## PROMPT
Pull each line holding the word "profile" from the data.

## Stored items
------------------------------------

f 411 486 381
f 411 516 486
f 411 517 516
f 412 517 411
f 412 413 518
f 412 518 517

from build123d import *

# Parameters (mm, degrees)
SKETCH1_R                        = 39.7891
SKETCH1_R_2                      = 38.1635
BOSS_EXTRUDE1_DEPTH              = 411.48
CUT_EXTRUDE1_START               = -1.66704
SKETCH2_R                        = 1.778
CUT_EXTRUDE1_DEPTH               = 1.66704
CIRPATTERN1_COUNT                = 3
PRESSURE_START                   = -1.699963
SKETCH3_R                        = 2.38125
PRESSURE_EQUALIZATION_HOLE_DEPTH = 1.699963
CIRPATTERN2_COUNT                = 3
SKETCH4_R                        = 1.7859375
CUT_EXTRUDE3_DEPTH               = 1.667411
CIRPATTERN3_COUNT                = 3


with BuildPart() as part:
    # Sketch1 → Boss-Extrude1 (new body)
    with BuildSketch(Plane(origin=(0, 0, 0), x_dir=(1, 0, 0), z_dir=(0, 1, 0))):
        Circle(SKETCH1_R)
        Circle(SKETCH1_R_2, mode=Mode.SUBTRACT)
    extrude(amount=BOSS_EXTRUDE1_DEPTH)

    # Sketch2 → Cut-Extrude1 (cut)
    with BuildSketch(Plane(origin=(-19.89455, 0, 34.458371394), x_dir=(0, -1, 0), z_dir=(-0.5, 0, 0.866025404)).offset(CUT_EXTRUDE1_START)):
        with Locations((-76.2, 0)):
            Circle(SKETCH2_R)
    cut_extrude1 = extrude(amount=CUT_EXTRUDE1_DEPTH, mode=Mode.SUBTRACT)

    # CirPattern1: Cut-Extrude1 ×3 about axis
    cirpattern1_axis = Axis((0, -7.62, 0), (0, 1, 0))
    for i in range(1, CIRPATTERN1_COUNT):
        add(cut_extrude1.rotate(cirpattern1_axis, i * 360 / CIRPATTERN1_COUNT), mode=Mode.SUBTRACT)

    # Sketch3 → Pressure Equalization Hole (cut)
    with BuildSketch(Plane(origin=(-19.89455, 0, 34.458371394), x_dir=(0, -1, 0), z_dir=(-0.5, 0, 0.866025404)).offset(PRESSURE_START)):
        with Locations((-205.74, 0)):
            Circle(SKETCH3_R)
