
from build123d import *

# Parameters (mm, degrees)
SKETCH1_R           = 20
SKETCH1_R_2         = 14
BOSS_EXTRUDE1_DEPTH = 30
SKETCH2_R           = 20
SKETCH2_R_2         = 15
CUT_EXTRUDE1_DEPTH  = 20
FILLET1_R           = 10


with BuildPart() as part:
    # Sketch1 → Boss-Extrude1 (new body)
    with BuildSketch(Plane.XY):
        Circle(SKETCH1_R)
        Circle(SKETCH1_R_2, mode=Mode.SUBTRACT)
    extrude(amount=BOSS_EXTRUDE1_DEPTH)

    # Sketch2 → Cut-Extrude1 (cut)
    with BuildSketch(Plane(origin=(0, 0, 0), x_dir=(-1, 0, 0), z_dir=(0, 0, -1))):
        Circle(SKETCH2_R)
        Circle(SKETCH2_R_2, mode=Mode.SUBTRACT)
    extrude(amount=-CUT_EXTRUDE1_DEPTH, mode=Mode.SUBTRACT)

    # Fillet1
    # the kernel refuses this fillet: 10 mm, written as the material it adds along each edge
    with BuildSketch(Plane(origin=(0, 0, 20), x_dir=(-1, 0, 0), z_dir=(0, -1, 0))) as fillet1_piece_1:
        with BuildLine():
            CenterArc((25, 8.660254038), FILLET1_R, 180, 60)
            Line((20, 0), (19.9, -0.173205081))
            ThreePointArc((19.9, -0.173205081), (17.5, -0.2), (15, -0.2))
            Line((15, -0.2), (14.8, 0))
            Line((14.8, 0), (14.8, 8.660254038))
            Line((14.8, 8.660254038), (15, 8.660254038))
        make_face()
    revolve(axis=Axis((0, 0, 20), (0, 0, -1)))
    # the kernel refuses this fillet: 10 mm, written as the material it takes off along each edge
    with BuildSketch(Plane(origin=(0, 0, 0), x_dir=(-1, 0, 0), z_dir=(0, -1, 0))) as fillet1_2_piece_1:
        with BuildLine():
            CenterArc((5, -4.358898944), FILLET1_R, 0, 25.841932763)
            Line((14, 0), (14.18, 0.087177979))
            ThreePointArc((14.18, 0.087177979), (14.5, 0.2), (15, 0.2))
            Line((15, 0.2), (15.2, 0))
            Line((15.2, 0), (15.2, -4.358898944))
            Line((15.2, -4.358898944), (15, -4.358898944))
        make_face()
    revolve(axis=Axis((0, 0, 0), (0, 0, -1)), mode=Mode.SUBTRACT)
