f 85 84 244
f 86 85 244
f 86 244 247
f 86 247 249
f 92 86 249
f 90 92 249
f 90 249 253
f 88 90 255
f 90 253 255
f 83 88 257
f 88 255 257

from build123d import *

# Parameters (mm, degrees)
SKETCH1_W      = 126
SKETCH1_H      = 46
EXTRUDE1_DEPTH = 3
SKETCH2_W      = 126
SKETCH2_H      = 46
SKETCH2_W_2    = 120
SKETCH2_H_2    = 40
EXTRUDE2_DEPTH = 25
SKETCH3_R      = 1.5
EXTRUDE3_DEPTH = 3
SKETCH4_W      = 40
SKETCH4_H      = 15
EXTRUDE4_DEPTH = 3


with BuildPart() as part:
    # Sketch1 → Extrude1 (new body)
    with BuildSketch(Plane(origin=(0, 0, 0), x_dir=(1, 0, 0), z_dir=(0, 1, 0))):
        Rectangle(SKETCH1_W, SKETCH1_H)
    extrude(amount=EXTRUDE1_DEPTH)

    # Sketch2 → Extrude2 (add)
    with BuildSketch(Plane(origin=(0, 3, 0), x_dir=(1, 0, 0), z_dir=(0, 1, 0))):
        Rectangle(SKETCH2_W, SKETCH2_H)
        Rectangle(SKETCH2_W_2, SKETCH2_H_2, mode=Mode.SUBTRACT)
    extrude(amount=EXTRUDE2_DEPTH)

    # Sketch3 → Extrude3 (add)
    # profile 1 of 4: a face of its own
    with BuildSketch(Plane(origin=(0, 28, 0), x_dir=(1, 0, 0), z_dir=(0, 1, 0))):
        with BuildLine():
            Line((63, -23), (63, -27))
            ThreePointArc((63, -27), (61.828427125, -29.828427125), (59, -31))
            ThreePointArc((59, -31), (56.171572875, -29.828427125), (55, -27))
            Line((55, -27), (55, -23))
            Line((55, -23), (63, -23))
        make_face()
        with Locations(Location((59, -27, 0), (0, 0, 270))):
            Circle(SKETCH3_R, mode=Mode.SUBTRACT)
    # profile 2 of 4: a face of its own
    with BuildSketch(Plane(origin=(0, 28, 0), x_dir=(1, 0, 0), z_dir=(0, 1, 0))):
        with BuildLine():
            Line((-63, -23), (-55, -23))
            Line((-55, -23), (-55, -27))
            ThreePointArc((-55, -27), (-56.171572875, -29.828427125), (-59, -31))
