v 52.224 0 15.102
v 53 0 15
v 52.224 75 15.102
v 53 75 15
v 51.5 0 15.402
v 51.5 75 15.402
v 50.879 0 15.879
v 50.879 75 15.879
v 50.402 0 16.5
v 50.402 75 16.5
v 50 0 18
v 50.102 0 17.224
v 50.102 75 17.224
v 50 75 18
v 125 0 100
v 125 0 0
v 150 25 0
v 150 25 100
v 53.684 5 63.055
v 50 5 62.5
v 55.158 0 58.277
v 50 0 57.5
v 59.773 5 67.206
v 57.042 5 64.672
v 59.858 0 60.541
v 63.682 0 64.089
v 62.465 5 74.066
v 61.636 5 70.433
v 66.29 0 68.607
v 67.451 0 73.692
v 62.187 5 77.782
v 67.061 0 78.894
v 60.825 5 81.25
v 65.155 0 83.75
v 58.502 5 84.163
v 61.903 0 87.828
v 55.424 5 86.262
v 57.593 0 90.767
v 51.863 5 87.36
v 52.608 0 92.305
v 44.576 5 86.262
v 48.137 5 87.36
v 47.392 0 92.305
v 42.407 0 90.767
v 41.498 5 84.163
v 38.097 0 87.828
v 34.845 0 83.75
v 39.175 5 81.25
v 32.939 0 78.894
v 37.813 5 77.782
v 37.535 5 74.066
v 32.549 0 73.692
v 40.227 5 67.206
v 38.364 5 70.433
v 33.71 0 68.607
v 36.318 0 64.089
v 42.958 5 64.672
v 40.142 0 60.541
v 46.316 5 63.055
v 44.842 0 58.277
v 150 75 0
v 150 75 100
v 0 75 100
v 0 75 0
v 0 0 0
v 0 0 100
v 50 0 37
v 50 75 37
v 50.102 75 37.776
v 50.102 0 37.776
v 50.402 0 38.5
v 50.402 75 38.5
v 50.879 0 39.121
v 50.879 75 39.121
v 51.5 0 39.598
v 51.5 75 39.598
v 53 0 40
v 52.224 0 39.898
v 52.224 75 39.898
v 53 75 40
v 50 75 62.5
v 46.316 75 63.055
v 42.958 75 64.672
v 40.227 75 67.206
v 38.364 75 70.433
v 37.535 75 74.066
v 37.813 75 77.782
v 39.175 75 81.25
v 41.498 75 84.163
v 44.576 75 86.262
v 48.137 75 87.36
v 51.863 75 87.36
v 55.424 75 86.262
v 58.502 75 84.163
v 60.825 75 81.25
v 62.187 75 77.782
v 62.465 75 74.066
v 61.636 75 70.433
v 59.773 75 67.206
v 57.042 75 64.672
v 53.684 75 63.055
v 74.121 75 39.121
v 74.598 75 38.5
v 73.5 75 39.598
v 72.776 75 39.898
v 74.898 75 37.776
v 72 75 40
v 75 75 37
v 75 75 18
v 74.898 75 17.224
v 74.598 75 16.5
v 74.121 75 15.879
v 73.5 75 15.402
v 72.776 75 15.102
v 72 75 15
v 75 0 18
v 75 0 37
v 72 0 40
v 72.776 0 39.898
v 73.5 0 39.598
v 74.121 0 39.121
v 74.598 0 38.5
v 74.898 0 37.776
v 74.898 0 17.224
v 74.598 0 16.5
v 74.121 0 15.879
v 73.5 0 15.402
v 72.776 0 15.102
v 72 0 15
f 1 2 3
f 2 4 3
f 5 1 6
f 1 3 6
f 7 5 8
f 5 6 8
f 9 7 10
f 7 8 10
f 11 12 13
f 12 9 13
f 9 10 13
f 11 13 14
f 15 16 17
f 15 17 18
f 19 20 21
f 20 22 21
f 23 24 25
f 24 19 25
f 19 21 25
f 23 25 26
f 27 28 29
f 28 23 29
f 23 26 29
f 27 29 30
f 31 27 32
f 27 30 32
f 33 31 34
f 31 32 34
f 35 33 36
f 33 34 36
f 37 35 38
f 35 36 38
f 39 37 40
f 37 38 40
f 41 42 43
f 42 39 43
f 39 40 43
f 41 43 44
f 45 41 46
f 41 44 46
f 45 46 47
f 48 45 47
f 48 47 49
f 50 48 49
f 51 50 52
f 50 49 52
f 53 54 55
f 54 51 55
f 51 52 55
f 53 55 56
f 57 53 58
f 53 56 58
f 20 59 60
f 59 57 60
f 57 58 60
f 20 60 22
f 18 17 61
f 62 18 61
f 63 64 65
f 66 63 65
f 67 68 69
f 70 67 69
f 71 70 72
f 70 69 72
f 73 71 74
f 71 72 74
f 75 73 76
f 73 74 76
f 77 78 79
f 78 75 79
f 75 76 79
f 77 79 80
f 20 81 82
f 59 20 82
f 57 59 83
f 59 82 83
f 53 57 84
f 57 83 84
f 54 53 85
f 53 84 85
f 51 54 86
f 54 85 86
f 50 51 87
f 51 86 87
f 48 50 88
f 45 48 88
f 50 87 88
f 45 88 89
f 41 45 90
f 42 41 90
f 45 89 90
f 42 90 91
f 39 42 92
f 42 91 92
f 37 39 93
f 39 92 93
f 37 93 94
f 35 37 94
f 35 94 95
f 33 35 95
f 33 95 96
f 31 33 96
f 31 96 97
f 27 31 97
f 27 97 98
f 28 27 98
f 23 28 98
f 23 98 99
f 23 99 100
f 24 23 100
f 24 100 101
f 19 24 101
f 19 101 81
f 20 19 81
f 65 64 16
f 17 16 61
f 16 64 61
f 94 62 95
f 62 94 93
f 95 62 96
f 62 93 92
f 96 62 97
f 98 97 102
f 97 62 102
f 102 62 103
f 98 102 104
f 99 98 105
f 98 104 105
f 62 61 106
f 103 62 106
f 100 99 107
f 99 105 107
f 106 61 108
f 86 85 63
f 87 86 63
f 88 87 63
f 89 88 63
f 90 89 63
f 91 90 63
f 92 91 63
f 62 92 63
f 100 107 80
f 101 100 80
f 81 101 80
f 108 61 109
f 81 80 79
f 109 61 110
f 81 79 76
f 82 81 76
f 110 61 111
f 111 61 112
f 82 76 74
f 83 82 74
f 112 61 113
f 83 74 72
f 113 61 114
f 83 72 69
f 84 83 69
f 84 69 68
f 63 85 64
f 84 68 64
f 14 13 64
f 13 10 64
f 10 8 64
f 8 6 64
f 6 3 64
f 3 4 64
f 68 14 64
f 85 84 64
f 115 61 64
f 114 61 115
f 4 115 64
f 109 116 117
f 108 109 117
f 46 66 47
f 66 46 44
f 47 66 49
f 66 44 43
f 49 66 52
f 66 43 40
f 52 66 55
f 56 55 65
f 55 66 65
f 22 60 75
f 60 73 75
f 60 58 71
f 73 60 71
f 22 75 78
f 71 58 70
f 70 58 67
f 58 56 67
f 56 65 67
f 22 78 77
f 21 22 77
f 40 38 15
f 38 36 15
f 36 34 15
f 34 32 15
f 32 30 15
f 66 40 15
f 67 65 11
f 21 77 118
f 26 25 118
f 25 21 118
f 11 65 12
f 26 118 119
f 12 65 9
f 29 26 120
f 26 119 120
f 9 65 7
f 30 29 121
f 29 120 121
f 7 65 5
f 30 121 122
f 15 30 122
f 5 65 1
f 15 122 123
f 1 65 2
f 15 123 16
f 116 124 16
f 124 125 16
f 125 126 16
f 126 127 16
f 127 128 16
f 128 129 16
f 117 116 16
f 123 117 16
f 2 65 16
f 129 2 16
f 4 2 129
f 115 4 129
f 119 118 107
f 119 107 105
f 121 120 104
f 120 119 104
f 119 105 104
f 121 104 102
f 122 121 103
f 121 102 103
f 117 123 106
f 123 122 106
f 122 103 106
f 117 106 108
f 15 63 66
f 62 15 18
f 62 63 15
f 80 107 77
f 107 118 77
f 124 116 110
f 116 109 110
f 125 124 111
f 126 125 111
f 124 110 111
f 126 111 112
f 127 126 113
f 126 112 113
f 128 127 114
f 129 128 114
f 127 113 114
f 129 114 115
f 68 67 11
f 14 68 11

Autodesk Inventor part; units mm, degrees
ref_plane "YZ Plane" through (0, 0, 0) normal (1, 0, 0) x (0, 1, 0)
ref_plane "XZ Plane" through (0, 0, 0) normal (0, 1, 0) x (-1, 0, 0)
ref_plane "XY Plane" through (0, 0, 0) normal (0, 0, 1) x (1, 0, 0)
sketch "Sketch1" plane through (0, 0, 0) normal (0, 0, 1) x (1, 0, 0)
  line L0 (0, 0) -> (150, 0)
  line L1 (150, 0) -> (150, 75)
  line L2 (150, 75) -> (0, 75)
  line L3 (0, 75) -> (0, 0)
  dimension "d0" = 150
  dimension "d1" = 75
extrude "Extrusion1" add sketch "Sketch1" along normal blind 100
chamfer "Chamfer1" distance 25 angle 45 1 edges at (150, 0, 50)
sketch "Sketch2" plane through (0, 0, 0) normal (0, -1, 0) x (1, 0, 0)
  line L0 (125, 100) -> (0, 100) projected
  line L1 (0, 0) -> (0, 100) projected
  point P0 (50, 75)
  dimension "d7" = 25
  dimension "d8" = 50
hole "Hole1" at (50, 0, 75) direction (0, 1, 0) diameter 25 end through all
sketch "Sketch3" plane through (0, 0, 0) normal (0, -1, 0) x (1, 0, 0)
  line L0 (75, 40) -> (50, 40)
  line L1 (50, 40) -> (50, 15)
  line L2 (50, 15) -> (75, 15)
  line L3 (75, 15) -> (75, 40)
  line L4 (125, 100) -> (125, 0) projected
  circle A0 centre (50, 75) radius 12.5 projected
  dimension "d16" = 25
  dimension "d17" = 50
  dimension "d18" = 35
extrude "Extrusion2" cut sketch "Sketch3" against normal through all contours L3 L2 L1 L0
fillet "Fillet1" radius 3 4 edges at (50, 37.5, 15) (75, 37.5, 15) (50, 37.5, 40) (75, 37.5, 40)
chamfer "Chamfer2" distance 5 angle 45 1 edges at (50, 0, 87.5)
properties part number "pc01"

------------------------------------

## SOLUTION
    # profile 1 of 4: a face of its own
    # profile 2 of 4: a face of its own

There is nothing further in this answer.